Pour sa première sur le banc marseillais, Habib Beye n’a pas réussi à enrayer la spirale négative. Battu par Brest (2-0), l’OM a affiché ses fragilités, mais son nouvel entraîneur refuse la résignation. Le stage prévu à Marbella doit servir de point de départ pour une reconstruction mentale et physique.
L’ère Habib Beye à Marseille a débuté dans la douleur. En ouverture de la 23e journée de Ligue 1, les Olympiens ont plié face à des Brestois plus engagés, plus justes et plus solidaires. Un doublé de Ludovic Ajorque a suffi pour faire chavirer un OM encore en quête de repères, dominé dans les duels et incapable de répondre à l’intensité adverse. Le scénario, déjà entrevu ces dernières semaines, s’est répété : bloc passif, transitions brouillonnes, et un manque criant de tranchant dans les trente derniers mètres.
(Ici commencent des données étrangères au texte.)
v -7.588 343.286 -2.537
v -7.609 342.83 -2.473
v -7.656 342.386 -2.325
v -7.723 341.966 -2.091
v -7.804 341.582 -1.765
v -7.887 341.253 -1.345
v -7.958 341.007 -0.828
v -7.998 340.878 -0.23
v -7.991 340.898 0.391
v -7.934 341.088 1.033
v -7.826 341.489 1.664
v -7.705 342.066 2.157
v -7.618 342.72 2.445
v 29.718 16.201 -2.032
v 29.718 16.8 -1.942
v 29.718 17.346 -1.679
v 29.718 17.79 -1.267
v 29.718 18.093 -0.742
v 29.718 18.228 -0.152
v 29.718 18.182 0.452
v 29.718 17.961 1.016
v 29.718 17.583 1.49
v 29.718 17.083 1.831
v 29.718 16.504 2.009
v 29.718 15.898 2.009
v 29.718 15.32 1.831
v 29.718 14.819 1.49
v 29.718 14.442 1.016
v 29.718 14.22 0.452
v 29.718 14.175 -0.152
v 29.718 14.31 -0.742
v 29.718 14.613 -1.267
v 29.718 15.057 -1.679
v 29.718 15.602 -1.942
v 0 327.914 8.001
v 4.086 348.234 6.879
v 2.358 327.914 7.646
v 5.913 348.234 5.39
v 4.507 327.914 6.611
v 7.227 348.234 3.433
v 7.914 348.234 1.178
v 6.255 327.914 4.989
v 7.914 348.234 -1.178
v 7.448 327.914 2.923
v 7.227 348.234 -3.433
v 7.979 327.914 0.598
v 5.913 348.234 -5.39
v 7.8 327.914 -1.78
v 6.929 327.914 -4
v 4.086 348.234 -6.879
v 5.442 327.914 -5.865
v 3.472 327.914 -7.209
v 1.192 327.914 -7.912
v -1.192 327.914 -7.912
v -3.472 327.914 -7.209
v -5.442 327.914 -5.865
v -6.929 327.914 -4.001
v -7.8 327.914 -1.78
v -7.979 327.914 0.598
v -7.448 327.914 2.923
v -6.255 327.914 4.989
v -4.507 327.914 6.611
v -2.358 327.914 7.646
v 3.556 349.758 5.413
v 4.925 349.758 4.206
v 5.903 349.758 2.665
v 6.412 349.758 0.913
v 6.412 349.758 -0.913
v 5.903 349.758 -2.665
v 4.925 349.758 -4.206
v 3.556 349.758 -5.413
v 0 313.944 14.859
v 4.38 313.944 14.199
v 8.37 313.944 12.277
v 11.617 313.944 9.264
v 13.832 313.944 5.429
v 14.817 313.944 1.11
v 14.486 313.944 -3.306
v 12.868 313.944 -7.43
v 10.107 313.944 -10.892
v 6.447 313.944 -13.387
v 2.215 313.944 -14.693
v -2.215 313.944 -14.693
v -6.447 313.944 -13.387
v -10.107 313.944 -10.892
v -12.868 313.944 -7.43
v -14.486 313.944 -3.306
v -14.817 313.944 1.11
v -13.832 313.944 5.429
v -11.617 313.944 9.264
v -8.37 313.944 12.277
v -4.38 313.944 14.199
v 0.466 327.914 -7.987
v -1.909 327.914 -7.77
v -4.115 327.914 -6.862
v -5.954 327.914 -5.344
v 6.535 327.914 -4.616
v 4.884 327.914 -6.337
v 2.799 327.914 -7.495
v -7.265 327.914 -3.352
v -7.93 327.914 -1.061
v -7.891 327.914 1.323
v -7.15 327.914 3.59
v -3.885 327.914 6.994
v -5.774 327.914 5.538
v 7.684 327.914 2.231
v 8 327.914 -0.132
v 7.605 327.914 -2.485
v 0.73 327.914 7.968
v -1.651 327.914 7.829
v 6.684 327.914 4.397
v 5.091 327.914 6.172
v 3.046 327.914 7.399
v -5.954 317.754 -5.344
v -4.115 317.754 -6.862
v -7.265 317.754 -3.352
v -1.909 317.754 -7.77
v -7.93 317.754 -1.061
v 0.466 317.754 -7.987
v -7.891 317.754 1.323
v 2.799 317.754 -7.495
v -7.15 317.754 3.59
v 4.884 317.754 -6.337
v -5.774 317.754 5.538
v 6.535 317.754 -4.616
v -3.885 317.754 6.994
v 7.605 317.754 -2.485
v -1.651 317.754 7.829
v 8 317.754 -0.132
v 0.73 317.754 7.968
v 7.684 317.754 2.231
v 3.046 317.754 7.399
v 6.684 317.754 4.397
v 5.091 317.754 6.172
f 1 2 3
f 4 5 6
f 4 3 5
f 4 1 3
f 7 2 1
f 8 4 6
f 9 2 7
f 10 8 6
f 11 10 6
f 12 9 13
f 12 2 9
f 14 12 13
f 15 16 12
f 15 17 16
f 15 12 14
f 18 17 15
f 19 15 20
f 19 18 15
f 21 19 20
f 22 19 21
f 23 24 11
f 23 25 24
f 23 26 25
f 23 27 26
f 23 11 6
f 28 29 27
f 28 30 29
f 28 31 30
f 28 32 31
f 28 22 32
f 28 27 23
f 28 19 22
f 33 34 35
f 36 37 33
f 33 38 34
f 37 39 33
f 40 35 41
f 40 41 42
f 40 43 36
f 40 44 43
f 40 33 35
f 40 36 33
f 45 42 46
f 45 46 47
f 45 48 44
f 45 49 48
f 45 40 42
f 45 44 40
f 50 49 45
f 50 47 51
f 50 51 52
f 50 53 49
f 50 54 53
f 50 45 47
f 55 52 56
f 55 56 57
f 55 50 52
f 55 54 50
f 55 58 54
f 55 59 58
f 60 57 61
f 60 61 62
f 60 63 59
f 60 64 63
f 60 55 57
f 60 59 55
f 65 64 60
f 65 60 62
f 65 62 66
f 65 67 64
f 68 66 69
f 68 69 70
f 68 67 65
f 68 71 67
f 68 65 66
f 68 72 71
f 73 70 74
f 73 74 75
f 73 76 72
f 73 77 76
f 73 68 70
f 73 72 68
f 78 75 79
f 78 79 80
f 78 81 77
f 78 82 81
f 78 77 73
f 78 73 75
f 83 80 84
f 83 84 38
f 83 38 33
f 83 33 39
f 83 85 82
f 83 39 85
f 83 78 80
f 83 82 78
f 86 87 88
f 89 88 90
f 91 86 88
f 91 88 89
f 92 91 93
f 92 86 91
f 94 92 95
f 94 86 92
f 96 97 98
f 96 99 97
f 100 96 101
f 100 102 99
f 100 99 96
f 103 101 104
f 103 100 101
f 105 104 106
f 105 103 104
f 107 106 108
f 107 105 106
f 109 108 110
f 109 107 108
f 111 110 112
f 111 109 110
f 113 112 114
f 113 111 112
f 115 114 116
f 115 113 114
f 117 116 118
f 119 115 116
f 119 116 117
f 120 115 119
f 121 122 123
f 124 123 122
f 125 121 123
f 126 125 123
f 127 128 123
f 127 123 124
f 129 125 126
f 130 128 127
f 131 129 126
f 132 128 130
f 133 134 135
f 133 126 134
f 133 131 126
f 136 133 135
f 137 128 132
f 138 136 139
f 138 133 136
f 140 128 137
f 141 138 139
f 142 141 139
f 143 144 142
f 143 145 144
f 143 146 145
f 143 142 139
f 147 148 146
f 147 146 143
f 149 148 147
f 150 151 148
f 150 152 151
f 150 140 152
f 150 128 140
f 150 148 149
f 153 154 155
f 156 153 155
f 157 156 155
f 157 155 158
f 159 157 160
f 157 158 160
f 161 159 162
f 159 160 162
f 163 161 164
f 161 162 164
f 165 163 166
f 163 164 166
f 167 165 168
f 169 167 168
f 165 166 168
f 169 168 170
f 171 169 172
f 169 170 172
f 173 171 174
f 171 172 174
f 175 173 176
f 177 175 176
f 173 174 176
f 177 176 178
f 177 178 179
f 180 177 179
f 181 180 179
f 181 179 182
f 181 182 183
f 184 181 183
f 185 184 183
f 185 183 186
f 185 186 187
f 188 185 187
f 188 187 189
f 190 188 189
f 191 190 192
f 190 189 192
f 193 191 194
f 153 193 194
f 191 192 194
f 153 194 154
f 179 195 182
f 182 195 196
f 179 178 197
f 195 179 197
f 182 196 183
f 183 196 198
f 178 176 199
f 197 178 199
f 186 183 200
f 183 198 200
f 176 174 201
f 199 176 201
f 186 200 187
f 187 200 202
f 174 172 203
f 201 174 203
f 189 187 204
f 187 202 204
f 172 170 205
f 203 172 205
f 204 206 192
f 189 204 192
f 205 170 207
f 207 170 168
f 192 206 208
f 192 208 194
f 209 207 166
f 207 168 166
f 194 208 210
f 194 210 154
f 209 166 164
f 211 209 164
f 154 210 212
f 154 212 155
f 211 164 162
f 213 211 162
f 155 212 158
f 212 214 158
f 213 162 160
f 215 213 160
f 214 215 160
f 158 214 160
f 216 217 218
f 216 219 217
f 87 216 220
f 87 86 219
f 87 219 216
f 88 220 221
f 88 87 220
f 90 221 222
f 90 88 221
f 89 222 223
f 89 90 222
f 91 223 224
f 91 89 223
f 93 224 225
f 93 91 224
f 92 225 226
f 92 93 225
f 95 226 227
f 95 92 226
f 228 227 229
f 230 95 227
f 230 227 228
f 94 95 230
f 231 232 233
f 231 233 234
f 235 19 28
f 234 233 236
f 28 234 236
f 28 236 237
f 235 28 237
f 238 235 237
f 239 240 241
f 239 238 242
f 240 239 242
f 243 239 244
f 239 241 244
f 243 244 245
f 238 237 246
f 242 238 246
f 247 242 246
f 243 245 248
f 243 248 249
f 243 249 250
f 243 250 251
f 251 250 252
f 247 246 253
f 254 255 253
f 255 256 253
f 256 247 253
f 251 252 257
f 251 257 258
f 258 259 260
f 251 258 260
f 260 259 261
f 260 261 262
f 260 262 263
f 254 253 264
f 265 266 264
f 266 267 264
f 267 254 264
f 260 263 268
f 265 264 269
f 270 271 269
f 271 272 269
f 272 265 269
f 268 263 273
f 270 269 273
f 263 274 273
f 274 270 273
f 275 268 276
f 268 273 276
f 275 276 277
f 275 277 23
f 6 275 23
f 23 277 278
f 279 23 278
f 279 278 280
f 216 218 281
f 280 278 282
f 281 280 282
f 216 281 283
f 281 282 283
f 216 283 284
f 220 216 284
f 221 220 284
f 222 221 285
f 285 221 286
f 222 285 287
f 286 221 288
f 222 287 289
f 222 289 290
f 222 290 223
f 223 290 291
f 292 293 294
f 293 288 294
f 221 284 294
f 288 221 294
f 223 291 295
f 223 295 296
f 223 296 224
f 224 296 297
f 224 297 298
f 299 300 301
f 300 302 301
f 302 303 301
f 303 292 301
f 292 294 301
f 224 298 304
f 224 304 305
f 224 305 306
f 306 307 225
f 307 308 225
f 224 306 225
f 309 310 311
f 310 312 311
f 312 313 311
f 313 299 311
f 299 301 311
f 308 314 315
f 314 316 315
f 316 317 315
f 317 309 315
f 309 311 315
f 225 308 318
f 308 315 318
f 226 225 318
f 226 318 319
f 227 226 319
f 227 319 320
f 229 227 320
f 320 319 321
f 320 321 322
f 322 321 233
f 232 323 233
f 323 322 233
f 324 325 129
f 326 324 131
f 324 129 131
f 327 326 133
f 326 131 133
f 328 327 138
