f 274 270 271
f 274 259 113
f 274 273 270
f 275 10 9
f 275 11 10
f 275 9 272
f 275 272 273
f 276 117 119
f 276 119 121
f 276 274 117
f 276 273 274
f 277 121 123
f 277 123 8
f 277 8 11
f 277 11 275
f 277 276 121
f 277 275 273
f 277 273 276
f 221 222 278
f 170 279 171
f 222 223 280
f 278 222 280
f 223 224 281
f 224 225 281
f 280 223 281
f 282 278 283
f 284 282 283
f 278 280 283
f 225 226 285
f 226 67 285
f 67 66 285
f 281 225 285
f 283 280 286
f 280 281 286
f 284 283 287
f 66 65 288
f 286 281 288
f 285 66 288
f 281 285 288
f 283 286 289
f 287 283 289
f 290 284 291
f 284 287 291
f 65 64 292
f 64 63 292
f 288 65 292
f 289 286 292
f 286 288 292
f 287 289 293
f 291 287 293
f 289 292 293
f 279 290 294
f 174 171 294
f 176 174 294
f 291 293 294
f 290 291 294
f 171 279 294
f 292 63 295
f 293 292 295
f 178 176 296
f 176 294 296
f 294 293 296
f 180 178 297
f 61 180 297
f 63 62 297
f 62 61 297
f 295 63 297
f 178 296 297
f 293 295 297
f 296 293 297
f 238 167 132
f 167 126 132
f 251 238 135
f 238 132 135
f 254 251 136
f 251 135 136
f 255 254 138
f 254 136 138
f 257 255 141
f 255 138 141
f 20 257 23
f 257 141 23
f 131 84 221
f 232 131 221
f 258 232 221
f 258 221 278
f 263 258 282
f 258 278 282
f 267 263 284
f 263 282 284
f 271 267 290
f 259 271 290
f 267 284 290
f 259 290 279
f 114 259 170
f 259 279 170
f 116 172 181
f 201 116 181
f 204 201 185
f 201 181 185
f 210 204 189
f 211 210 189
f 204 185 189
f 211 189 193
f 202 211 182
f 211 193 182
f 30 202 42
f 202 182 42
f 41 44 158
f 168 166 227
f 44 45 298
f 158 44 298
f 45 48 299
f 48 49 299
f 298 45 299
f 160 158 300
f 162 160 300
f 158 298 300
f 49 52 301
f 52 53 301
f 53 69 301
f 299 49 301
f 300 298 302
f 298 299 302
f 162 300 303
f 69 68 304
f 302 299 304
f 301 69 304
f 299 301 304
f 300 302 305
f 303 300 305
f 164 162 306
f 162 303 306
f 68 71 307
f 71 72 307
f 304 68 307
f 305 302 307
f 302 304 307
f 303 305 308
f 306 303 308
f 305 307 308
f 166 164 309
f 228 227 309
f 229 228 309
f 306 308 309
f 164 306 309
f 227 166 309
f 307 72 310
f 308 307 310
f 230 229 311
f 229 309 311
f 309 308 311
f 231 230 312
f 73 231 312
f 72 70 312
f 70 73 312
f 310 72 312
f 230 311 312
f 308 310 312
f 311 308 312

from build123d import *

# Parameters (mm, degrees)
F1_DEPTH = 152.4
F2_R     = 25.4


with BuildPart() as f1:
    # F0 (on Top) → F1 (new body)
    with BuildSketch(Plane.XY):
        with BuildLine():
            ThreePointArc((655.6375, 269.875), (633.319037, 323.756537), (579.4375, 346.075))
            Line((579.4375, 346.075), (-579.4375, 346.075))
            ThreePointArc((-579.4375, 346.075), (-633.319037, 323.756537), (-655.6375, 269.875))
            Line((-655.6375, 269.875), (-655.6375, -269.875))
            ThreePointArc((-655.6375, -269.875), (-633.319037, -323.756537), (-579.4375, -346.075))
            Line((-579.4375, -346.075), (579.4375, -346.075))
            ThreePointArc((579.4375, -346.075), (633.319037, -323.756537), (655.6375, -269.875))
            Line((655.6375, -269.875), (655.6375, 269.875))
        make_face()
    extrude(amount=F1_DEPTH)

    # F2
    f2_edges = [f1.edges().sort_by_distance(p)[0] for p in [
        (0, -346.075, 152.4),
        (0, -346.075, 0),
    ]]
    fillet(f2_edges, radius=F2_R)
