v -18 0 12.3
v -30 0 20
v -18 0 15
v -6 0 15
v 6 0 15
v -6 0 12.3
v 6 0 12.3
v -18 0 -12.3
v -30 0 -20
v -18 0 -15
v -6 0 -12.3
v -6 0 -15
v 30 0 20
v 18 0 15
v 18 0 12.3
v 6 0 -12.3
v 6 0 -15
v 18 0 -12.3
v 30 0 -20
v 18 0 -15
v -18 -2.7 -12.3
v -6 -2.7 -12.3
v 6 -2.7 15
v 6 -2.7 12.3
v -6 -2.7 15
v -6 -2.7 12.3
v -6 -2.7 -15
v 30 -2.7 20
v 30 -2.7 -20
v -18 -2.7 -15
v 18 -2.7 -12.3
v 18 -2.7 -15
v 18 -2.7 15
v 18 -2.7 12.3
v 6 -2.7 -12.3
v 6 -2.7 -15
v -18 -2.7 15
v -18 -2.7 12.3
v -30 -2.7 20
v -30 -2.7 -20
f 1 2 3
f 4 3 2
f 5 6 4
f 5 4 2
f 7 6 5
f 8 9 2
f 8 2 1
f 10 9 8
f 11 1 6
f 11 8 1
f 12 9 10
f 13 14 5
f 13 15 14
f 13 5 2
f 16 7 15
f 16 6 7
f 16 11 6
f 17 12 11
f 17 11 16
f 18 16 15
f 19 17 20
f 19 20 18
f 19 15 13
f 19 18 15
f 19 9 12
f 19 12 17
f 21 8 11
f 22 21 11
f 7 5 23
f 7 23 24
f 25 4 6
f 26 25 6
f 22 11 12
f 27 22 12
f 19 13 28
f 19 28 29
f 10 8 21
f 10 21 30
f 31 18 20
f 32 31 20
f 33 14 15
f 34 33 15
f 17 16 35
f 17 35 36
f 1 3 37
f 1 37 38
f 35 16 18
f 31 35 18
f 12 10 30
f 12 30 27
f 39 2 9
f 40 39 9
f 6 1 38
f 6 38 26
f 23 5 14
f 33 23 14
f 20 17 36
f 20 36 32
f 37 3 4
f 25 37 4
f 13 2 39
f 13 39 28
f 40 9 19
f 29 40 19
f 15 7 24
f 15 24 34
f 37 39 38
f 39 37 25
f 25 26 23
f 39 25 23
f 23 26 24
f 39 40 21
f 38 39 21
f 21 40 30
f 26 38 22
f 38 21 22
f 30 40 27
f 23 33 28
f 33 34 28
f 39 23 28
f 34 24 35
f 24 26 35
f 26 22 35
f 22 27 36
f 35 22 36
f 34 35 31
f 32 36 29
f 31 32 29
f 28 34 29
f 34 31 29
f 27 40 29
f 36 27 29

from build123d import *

# Parameters (mm, degrees)
SKETCH1_W           = 60
SKETCH1_H           = 40
SKETCH1_W_2         = 12
SKETCH1_H_2         = 2.7
BOSS_EXTRUDE1_DEPTH = 2.7


with BuildPart() as part:
    # Sketch1 → Boss-Extrude1 (new body)
    with BuildSketch(Plane(origin=(0, 0, 0), x_dir=(1, 0, 0), z_dir=(0, 1, 0))):
        Rectangle(SKETCH1_W, SKETCH1_H)
        with Locations((-12, 13.65)):
            Rectangle(SKETCH1_W_2, SKETCH1_H_2, mode=Mode.SUBTRACT)
        with Locations((12, 13.65)):
            Rectangle(SKETCH1_W_2, SKETCH1_H_2, mode=Mode.SUBTRACT)
        with Locations((12, -13.65)):
            Rectangle(SKETCH1_W_2, SKETCH1_H_2, mode=Mode.SUBTRACT)
        with Locations((-12, -13.65)):
            Rectangle(SKETCH1_W_2, SKETCH1_H_2, mode=Mode.SUBTRACT)
    extrude(amount=-BOSS_EXTRUDE1_DEPTH)


solid = part.part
Sous ses airs calmes, Habib Beye n’a pas cherché à masquer l’évidence. « Il y a une perte de confiance », a-t-il admis, lucide, en salle de presse. Pour le technicien, le mal est moins tactique que psychologique. « Les joueurs sont touchés, la spirale négative pèse sur eux. » Sans pointer directement sa défense, il a reconnu les défaillances dans l’engagement : « On a manqué d’agressivité dans notre surface. Ce genre de manques se paie cash à ce niveau. »
Un défi collectif avant Lyon
L’ancien capitaine de l’OM refuse pourtant de céder à la fatalité. Son discours, empreint de franchise et d’exigence, veut être celui d’un bâtisseur. « Ce groupe doit se remettre en mouvement, retrouver la fierté collective », a-t-il insisté. Pour cela, il entend utiliser le stage prévu à Marbella comme un laboratoire d’intensité et d’unité. « Il faut travailler, hausser le niveau athlétique et mental, retrouver une densité que nous avons perdue. »
Derrière les mots, une idée claire : reconstruire par le travail et la cohésion. À trois jours d’un déplacement à Lyon qui s’annonce brûlant, Beye sait que le temps manque, mais il parie sur la force du collectif. « Ce match contre l’OL doit être une source de motivation, un moment de vérité. Nous devons tous prendre conscience de ce que vit le club », a-t-il martelé, en appelant à une réaction d’orgueil.
S’il n’a pas voulu accabler ses troupes, Habib Beye a tracé la direction à suivre : celle d’un groupe réuni autour d’un même engagement, prêt à disputer chaque duel comme une bataille. Son arrivée n’a pas encore produit d’électrochoc, mais son discours marque une rupture. À l’OM désormais de répondre sur le terrain.